I had spent two nights on my own and spending on bed and breakfast. I expected to take mum to Scunthorpe. There was "bad news": there was no bed. So I said I would take mum anyway. I said mum is only going there while an occupational therapist visits the house, but we had one of those some time back who had made changes to our house via workmen coming. Mum may as well be at home. So the consultant was telephoned, and a physiotherapist arrived to test mum's mobility and he sat afterwards and did much writing. I was given documents to hand over personally at Scunthorpe hospital, except they were taken off me, put in the back of mum's wheelchair and stayed there when we drove off. I went back and stopped in Leeming Bar again, where mum rather than use the provided card bed pans wanted to go to the toilet. So I reparked in the disabled spot and she used the donated zimmer to go into the disabled toilet via their key. At home my neice and I brought down a bed to the sitting room, and the never used commode once provided by this once visiting occupational therapist and follow up came into use. It did, despite an attempt by mum to go upstairs aided by my neice who once was a residential home worker, and was able to help mum downstairs safely. The bathroom trip was a failure, as another attempt was after my sister, neice and grandneice had gone home on the Sunday.

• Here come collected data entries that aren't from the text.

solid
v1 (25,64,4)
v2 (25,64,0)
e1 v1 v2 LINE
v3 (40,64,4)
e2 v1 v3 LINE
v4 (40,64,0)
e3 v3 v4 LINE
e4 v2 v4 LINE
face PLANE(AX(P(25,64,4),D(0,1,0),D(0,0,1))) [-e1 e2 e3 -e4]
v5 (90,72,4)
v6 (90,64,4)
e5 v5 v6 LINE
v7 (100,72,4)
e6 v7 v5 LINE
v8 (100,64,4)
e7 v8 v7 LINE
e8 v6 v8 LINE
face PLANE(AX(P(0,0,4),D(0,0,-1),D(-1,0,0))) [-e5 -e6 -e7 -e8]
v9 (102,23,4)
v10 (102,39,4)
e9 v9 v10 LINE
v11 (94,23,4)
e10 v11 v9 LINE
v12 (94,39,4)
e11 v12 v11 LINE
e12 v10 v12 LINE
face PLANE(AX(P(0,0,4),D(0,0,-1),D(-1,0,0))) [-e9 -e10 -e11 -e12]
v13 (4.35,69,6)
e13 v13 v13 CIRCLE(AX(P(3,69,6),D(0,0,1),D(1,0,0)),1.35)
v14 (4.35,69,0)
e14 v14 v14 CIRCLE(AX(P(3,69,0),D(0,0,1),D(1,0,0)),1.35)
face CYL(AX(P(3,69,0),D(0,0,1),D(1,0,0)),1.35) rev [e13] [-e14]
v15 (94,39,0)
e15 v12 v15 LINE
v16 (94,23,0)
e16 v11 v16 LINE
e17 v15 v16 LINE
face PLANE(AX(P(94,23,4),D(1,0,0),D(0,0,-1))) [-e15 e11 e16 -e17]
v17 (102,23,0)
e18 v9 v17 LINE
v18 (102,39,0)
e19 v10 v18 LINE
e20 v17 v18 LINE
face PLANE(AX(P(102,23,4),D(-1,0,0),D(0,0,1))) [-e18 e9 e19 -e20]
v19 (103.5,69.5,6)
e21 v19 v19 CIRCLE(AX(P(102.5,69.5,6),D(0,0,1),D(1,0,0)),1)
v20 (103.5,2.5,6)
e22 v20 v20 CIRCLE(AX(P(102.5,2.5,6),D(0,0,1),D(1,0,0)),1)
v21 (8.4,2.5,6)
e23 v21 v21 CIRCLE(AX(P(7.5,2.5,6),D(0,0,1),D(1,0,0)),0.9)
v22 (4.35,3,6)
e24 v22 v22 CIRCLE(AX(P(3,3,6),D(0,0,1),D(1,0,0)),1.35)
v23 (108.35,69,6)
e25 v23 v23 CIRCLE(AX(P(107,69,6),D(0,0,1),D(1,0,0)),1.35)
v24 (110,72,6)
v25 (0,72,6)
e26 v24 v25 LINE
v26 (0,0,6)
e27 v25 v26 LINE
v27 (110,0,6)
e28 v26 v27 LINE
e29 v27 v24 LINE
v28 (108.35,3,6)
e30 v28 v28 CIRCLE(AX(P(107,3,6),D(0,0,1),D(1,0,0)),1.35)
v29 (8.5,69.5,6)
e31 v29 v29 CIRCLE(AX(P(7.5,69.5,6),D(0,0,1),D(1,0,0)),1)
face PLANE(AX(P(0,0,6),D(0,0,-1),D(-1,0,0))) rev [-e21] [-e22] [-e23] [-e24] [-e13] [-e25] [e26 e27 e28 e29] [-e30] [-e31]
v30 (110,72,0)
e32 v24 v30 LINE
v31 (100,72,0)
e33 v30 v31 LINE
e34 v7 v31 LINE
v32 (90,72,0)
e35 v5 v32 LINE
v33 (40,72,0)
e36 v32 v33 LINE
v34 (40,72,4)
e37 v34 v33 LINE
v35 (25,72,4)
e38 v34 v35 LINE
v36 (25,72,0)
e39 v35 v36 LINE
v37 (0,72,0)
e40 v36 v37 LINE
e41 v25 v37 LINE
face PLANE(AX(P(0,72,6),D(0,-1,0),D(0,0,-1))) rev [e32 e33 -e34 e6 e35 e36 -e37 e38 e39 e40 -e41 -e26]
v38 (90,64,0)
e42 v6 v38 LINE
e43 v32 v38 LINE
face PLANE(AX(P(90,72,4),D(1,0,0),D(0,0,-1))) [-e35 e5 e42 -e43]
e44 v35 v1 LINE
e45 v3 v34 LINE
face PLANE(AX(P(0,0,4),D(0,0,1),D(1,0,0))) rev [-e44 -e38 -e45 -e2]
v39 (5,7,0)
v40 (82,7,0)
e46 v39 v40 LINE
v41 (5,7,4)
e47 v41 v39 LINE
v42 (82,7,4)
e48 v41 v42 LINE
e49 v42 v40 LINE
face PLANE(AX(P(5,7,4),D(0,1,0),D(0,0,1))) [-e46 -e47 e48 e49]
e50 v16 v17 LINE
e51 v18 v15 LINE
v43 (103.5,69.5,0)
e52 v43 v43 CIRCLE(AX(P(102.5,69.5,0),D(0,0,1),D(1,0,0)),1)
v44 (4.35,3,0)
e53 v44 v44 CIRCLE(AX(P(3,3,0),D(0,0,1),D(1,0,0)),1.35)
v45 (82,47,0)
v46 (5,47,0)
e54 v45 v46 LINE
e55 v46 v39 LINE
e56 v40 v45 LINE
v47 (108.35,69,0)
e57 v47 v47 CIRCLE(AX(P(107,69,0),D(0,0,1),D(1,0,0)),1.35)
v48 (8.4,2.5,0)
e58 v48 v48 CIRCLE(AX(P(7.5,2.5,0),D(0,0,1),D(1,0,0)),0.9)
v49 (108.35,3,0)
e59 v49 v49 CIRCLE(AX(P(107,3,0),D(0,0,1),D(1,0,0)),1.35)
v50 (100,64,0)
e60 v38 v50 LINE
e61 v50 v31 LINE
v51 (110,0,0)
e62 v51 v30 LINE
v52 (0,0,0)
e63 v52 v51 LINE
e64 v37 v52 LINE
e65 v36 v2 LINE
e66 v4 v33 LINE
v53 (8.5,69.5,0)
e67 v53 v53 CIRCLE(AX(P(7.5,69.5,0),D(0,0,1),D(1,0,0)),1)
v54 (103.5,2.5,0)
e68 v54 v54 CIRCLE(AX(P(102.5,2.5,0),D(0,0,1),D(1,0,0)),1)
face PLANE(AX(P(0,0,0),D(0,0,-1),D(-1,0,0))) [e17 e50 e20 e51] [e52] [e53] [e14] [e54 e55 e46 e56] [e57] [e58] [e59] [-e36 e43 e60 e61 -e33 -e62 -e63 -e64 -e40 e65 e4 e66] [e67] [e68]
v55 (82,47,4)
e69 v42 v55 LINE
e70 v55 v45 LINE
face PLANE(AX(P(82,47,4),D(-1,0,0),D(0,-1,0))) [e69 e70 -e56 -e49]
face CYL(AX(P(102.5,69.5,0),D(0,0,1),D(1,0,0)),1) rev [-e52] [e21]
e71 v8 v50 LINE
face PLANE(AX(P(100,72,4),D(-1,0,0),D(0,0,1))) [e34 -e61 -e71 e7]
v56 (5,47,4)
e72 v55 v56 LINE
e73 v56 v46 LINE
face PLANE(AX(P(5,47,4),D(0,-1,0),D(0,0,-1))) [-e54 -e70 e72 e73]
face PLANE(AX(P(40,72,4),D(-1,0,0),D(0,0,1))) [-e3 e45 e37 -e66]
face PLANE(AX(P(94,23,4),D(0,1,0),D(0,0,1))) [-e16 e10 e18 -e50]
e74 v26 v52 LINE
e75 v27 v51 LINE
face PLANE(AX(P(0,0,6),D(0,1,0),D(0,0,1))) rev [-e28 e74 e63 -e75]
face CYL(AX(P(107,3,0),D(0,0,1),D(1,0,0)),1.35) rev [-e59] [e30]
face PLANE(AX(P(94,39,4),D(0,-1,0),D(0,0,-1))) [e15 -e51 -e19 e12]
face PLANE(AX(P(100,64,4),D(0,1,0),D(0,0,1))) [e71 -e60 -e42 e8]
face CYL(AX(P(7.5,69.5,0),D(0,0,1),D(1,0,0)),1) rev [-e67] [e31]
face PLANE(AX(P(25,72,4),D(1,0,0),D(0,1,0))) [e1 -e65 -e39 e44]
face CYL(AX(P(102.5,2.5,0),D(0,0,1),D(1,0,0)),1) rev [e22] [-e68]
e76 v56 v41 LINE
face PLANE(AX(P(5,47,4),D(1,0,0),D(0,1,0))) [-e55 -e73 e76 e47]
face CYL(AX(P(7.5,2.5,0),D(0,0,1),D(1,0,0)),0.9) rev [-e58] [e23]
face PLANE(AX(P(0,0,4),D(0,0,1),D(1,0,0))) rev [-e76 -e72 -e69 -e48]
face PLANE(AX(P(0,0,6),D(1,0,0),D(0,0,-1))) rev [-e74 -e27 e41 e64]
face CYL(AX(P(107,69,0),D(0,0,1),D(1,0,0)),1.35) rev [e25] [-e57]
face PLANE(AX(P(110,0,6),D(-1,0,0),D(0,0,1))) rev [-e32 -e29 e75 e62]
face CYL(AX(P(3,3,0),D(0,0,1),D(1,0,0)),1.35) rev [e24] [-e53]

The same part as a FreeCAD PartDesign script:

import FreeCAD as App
import Part
import Sketcher

V = App.Vector
Q = App.Units.Quantity


def add_polygon(sketch, points):
    """Adds a closed chain of lines whose ends are joined by coincident constraints."""
    first, n = sketch.GeometryCount, len(points)
    for a, b in zip(points, points[1:] + points[:1]):
        sketch.addGeometry(Part.LineSegment(App.Vector(*a, 0), App.Vector(*b, 0)), False)
    for i in range(n):
        sketch.addConstraint(Sketcher.Constraint("Coincident", first + i, 2, first + (i + 1) % n, 1))

doc = App.newDocument("Part")
body = doc.addObject("PartDesign::Body", "Body")

sketch1 = body.newObject("Sketcher::SketchObject", "Sketch")
sketch1.AttachmentSupport = (doc.getObject("XY_Plane"), [""])
sketch1.MapMode = "FlatFace"
add_polygon(sketch1, [(0, 72), (0, 0), (110, 0), (110, 72)])
sketch1.addConstraint([
    Sketcher.Constraint("Vertical", 0),
    Sketcher.Constraint("Horizontal", 1),
    Sketcher.Constraint("Vertical", 2),
    Sketcher.Constraint("Horizontal", 3),
    Sketcher.Constraint("Coincident", 0, 2, -1, 1),
    Sketcher.Constraint("DistanceX", 1, 1, 1, 2, Q("110 mm")),
    Sketcher.Constraint("DistanceY", 0, 2, 0, 1, Q("72 mm")),
])
pad1 = body.newObject("PartDesign::Pad", "Pad")
pad1.Profile = sketch1
pad1.Length = 6

sketch2 = body.newObject("Sketcher::SketchObject", "Sketch001")
sketch2.AttachmentSupport = (doc.getObject("XY_Plane"), [""])
sketch2.MapMode = "FlatFace"
sketch2.AttachmentOffset = App.Placement(V(0, 0, 6), App.Rotation())
sketch2.addGeometry([
    Part.Circle(V(7.5, 69.5, 0), V(0, 0, 1), 1),
    Part.Circle(V(7.5, 2.5, 0), V(0, 0, 1), 0.9),
    Part.Circle(V(102.5, 2.5, 0), V(0, 0, 1), 1),
    Part.Circle(V(102.5, 69.5, 0), V(0, 0, 1), 1),
], False)
sketch2.addConstraint([
    Sketcher.Constraint("Equal", 0, 2),
    Sketcher.Constraint("Equal", 2, 3),
    Sketcher.Constraint("Horizontal", 1, 3, 2, 3),
    Sketcher.Constraint("Horizontal", 0, 3, 3, 3),
    Sketcher.Constraint("Vertical", 0, 3, 1, 3),
    Sketcher.Constraint("Vertical", 2, 3, 3, 3),
    Sketcher.Constraint("Diameter", 0, Q("2 mm")),
    Sketcher.Constraint("Diameter", 1, Q("1.8 mm")),
    Sketcher.Constraint("DistanceY", 1, 3, 0, 3, Q("67 mm")),
    Sketcher.Constraint("DistanceX", 1, 3, 2, 3, Q("95 mm")),
    Sketcher.Constraint("DistanceX", -1, 1, 0, 3, Q("7.5 mm")),
    Sketcher.Constraint("DistanceY", -1, 1, 0, 3, Q("69.5 mm")),
])
pocket1 = body.newObject("PartDesign::Pocket", "Pocket")
pocket1.Profile = sketch2
pocket1.Type = "ThroughAll"

sketch3 = body.newObject("Sketcher::SketchObject", "Sketch002")
sketch3.AttachmentSupport = (doc.getObject("XY_Plane"), [""])
sketch3.MapMode = "FlatFace"
add_polygon(sketch3, [(5, 47), (5, 7), (82, 7), (82, 47)])
add_polygon(sketch3, [(25, 72), (25, 64), (40, 64), (40, 72)])
add_polygon(sketch3, [(90, 72), (90, 64), (100, 64), (100, 72)])
add_polygon(sketch3, [(94, 39), (94, 23), (102, 23), (102, 39)])
sketch3.addConstraint([
    Sketcher.Constraint("Vertical", 0),
    Sketcher.Constraint("Horizontal", 1),
    Sketcher.Constraint("Vertical", 2),
    Sketcher.Constraint("Horizontal", 3),
    Sketcher.Constraint("Vertical", 4),
    Sketcher.Constraint("Horizontal", 5),
    Sketcher.Constraint("Vertical", 6),
    Sketcher.Constraint("Horizontal", 7),
    Sketcher.Constraint("Vertical", 8),
    Sketcher.Constraint("Horizontal", 9),
    Sketcher.Constraint("Vertical", 10),
    Sketcher.Constraint("Horizontal", 11),
    Sketcher.Constraint("Vertical", 12),
    Sketcher.Constraint("Horizontal", 13),
    Sketcher.Constraint("Vertical", 14),
    Sketcher.Constraint("Horizontal", 15),
    Sketcher.Constraint("Horizontal", 5, 2, 8, 2),
    Sketcher.Constraint("Horizontal", 7, 2, 10, 2),
    Sketcher.Constraint("Equal", 15, 4),
    Sketcher.Constraint("DistanceX", 1, 1, 1, 2, Q("77 mm")),
    Sketcher.Constraint("DistanceX", 5, 1, 5, 2, Q("15 mm")),
    Sketcher.Constraint("DistanceX", 9, 1, 9, 2, Q("10 mm")),
    Sketcher.Constraint("DistanceX", 13, 1, 13, 2, Q("8 mm")),
    Sketcher.Constraint("DistanceY", 0, 2, 0, 1, Q("40 mm")),
    Sketcher.Constraint("DistanceY", 12, 2, 12, 1, Q("16 mm")),
    Sketcher.Constraint("DistanceX", -1, 1, 0, 2, Q("5 mm")),
    Sketcher.Constraint("DistanceY", -1, 1, 0, 2, Q("7 mm")),
    Sketcher.Constraint("DistanceX", -1, 1, 4, 2, Q("25 mm")),
    Sketcher.Constraint("DistanceY", -1, 1, 4, 2, Q("64 mm")),
    Sketcher.Constraint("DistanceX", -1, 1, 8, 2, Q("90 mm")),
    Sketcher.Constraint("DistanceX", -1, 1, 12, 2, Q("94 mm")),
    Sketcher.Constraint("DistanceY", -1, 1, 12, 2, Q("23 mm")),
])
pocket2 = body.newObject("PartDesign::Pocket", "Pocket001")
pocket2.Profile = sketch3
pocket2.Length = 4
pocket2.Reversed = True

sketch4 = body.newObject("Sketcher::SketchObject", "Sketch003")
sketch4.AttachmentSupport = (doc.getObject("XY_Plane"), [""])
sketch4.MapMode = "FlatFace"
sketch4.AttachmentOffset = App.Placement(V(0, 0, 6), App.Rotation())
sketch4.addGeometry([
    Part.Circle(V(107, 69, 0), V(0, 0, 1), 1.4),
    Part.Circle(V(107, 3, 0), V(0, 0, 1), 1.4),
    Part.Circle(V(3, 69, 0), V(0, 0, 1), 1.4),
    Part.Circle(V(3, 3, 0), V(0, 0, 1), 1.4),
], False)
sketch4.addConstraint([
    Sketcher.Constraint("Equal", 0, 1),
    Sketcher.Constraint("Equal", 1, 2),
    Sketcher.Constraint("Equal", 2, 3),
    Sketcher.Constraint("Horizontal", 0, 3, 2, 3),
    Sketcher.Constraint("Horizontal", 1, 3, 3, 3),
    Sketcher.Constraint("Vertical", 0, 3, 1, 3),
    Sketcher.Constraint("Vertical", 2, 3, 3, 3),
    Sketcher.Constraint("Diameter", 0, Q("2.7 mm")),
    Sketcher.Constraint("DistanceX", -1, 1, 0, 3, Q("107 mm")),
    Sketcher.Constraint("DistanceY", -1, 1, 0, 3, Q("69 mm")),
    Sketcher.Constraint("DistanceY", -1, 1, 1, 3, Q("3 mm")),
    Sketcher.Constraint("DistanceX", -1, 1, 2, 3, Q("3 mm")),
])
pocket3 = body.newObject("PartDesign::Pocket", "Pocket002")
pocket3.Profile = sketch4
pocket3.Type = "ThroughAll"

doc.recompute()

Since then social services were called. Despite giving the GP surgery's address to Jenkin Ward of the West Cumberland Hospital, who said it was their fault, they sent all documents and X rays to me. Fortunately the GP surgery saved me a trip by sending them on for me from Barton. Meanwhile I wrote a further letter to the Scunthorpe consultant saying consistent with her recovery I would like the restraint off at the earliest opportunity, that if my mother had not received a fracture then I do not know but surely it has to be on less time than if there was a restraint. Social services added support.
So in essence my mother had one day's full holiday and I added Wastwater, Ravenglass, Maryport, up a hill, and Egremont with St Bees.
Later I took her back to Cumbria to experience what she had missed. However, this did not prevent her turning against me using the collusion of other members of my family, and trying to have me ejected from the house. She said that the first holiday and the second was me being selfish. 2006 was a year of crisis.